§ YOUR GOAL: In the listing below, find the line holding "v 92.075 -19.05 -844.55" and the line holding "v 1260.475 19.05 -755.65". Write out those two lines and all lines between, exactly, and nothing more.

====================

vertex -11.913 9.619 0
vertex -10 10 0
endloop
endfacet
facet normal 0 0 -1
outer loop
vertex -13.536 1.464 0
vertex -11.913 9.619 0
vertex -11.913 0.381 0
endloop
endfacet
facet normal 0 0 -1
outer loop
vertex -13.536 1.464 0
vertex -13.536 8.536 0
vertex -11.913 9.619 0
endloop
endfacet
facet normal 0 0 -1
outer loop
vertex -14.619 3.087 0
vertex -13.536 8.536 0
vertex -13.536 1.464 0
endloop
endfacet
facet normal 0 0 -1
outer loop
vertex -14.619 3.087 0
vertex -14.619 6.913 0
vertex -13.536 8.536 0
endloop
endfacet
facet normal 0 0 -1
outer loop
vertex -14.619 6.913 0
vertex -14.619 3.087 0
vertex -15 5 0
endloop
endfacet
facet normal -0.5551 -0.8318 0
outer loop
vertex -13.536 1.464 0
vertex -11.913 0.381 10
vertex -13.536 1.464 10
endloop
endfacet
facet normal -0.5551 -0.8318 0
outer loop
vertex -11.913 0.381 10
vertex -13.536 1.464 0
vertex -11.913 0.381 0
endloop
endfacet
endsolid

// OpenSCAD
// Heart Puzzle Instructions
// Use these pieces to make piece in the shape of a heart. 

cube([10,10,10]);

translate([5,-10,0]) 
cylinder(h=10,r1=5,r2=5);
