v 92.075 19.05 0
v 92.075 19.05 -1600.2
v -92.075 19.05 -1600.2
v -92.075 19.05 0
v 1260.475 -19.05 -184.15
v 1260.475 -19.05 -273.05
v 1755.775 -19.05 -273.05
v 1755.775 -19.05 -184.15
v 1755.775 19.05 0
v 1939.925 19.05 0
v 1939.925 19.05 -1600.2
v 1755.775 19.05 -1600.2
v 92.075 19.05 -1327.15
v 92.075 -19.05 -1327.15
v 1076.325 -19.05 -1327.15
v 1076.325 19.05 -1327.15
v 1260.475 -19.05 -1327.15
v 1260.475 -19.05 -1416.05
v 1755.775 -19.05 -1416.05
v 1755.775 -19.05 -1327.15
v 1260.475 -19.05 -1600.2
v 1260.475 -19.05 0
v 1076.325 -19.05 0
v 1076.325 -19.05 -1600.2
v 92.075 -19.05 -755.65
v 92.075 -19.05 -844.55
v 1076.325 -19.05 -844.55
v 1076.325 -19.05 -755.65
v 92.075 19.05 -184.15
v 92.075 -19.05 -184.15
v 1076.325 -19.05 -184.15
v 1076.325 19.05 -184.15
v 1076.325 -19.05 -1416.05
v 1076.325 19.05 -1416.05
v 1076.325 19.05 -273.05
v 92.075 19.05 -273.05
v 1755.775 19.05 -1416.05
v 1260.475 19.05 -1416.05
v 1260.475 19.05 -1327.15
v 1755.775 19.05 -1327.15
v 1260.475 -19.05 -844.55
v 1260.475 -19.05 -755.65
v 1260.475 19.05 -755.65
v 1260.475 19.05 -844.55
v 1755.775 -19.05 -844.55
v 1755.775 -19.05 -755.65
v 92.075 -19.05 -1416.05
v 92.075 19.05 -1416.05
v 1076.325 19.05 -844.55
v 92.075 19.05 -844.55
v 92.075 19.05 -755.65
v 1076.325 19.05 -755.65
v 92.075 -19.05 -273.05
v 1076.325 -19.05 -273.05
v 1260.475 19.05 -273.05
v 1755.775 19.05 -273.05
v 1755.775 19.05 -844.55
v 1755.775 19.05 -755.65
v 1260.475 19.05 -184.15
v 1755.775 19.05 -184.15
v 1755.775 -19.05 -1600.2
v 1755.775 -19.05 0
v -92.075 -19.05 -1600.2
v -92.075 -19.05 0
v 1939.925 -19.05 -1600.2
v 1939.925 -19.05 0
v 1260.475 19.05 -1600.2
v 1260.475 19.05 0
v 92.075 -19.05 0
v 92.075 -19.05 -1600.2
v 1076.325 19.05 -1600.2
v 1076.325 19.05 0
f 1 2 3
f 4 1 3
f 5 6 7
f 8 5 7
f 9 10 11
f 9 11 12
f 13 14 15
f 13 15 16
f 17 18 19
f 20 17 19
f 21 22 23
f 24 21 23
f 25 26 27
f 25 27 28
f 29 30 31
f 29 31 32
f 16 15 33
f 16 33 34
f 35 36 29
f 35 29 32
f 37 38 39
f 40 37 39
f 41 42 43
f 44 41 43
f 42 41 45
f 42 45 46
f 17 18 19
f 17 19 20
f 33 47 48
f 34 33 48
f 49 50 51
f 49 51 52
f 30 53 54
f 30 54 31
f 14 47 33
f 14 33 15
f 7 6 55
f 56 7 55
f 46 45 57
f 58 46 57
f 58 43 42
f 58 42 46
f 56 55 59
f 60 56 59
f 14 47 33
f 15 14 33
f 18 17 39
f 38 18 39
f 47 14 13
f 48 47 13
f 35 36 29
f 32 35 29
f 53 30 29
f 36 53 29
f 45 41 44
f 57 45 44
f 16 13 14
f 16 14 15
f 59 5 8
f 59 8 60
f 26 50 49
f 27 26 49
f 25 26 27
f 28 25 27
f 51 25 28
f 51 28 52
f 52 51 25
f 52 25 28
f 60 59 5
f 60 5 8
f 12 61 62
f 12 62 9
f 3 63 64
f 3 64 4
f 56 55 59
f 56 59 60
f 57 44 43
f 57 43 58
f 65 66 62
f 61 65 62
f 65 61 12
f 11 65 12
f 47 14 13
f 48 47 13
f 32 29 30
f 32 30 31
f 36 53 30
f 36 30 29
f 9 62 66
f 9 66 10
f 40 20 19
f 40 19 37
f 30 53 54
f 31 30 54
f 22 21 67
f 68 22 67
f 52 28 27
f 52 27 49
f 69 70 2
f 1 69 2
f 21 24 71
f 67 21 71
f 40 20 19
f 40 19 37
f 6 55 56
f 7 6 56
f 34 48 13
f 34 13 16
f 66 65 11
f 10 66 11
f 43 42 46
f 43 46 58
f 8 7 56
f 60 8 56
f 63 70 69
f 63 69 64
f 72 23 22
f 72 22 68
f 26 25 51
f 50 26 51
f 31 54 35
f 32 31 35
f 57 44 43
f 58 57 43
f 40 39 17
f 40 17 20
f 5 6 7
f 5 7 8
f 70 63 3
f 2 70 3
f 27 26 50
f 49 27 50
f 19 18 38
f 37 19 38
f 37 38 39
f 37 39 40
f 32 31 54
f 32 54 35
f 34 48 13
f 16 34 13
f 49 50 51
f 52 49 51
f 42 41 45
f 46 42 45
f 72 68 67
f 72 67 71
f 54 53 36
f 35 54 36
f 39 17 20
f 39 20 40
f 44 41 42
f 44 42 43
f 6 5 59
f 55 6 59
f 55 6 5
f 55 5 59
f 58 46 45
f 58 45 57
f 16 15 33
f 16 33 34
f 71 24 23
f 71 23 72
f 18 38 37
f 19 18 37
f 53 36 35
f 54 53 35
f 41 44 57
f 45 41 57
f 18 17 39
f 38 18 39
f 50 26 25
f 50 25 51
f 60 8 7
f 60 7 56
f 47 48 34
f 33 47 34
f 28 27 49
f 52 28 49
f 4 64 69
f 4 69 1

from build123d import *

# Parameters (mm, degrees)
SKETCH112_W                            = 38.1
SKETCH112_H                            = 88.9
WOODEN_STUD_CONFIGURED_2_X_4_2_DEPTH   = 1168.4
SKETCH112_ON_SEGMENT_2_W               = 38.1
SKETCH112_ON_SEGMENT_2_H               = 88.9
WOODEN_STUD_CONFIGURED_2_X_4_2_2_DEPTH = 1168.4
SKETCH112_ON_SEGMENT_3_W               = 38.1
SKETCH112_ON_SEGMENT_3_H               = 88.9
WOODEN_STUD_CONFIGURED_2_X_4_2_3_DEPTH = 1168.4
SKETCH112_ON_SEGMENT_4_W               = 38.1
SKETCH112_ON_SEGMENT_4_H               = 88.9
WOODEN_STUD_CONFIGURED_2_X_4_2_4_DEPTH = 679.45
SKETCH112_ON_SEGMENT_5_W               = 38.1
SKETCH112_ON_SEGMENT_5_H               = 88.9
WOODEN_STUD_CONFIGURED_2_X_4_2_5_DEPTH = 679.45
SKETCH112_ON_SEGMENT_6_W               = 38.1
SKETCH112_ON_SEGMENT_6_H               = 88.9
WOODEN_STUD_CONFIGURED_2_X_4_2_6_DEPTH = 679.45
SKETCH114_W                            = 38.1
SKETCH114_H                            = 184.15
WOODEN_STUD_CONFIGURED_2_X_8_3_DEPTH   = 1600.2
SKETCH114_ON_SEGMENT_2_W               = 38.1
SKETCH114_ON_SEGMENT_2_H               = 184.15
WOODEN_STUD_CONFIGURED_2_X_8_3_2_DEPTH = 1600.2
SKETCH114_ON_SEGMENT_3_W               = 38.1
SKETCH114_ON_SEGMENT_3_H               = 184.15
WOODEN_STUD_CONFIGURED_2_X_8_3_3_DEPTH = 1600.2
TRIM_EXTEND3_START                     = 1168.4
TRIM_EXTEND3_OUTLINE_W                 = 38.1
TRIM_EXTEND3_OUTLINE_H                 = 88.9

====================

§ TASK ANSWER:
v 92.075 -19.05 -844.55
v 1076.325 -19.05 -844.55
v 1076.325 -19.05 -755.65
v 92.075 19.05 -184.15
v 92.075 -19.05 -184.15
v 1076.325 -19.05 -184.15
v 1076.325 19.05 -184.15
v 1076.325 -19.05 -1416.05
v 1076.325 19.05 -1416.05
v 1076.325 19.05 -273.05
v 92.075 19.05 -273.05
v 1755.775 19.05 -1416.05
v 1260.475 19.05 -1416.05
v 1260.475 19.05 -1327.15
v 1755.775 19.05 -1327.15
v 1260.475 -19.05 -844.55
v 1260.475 -19.05 -755.65
v 1260.475 19.05 -755.65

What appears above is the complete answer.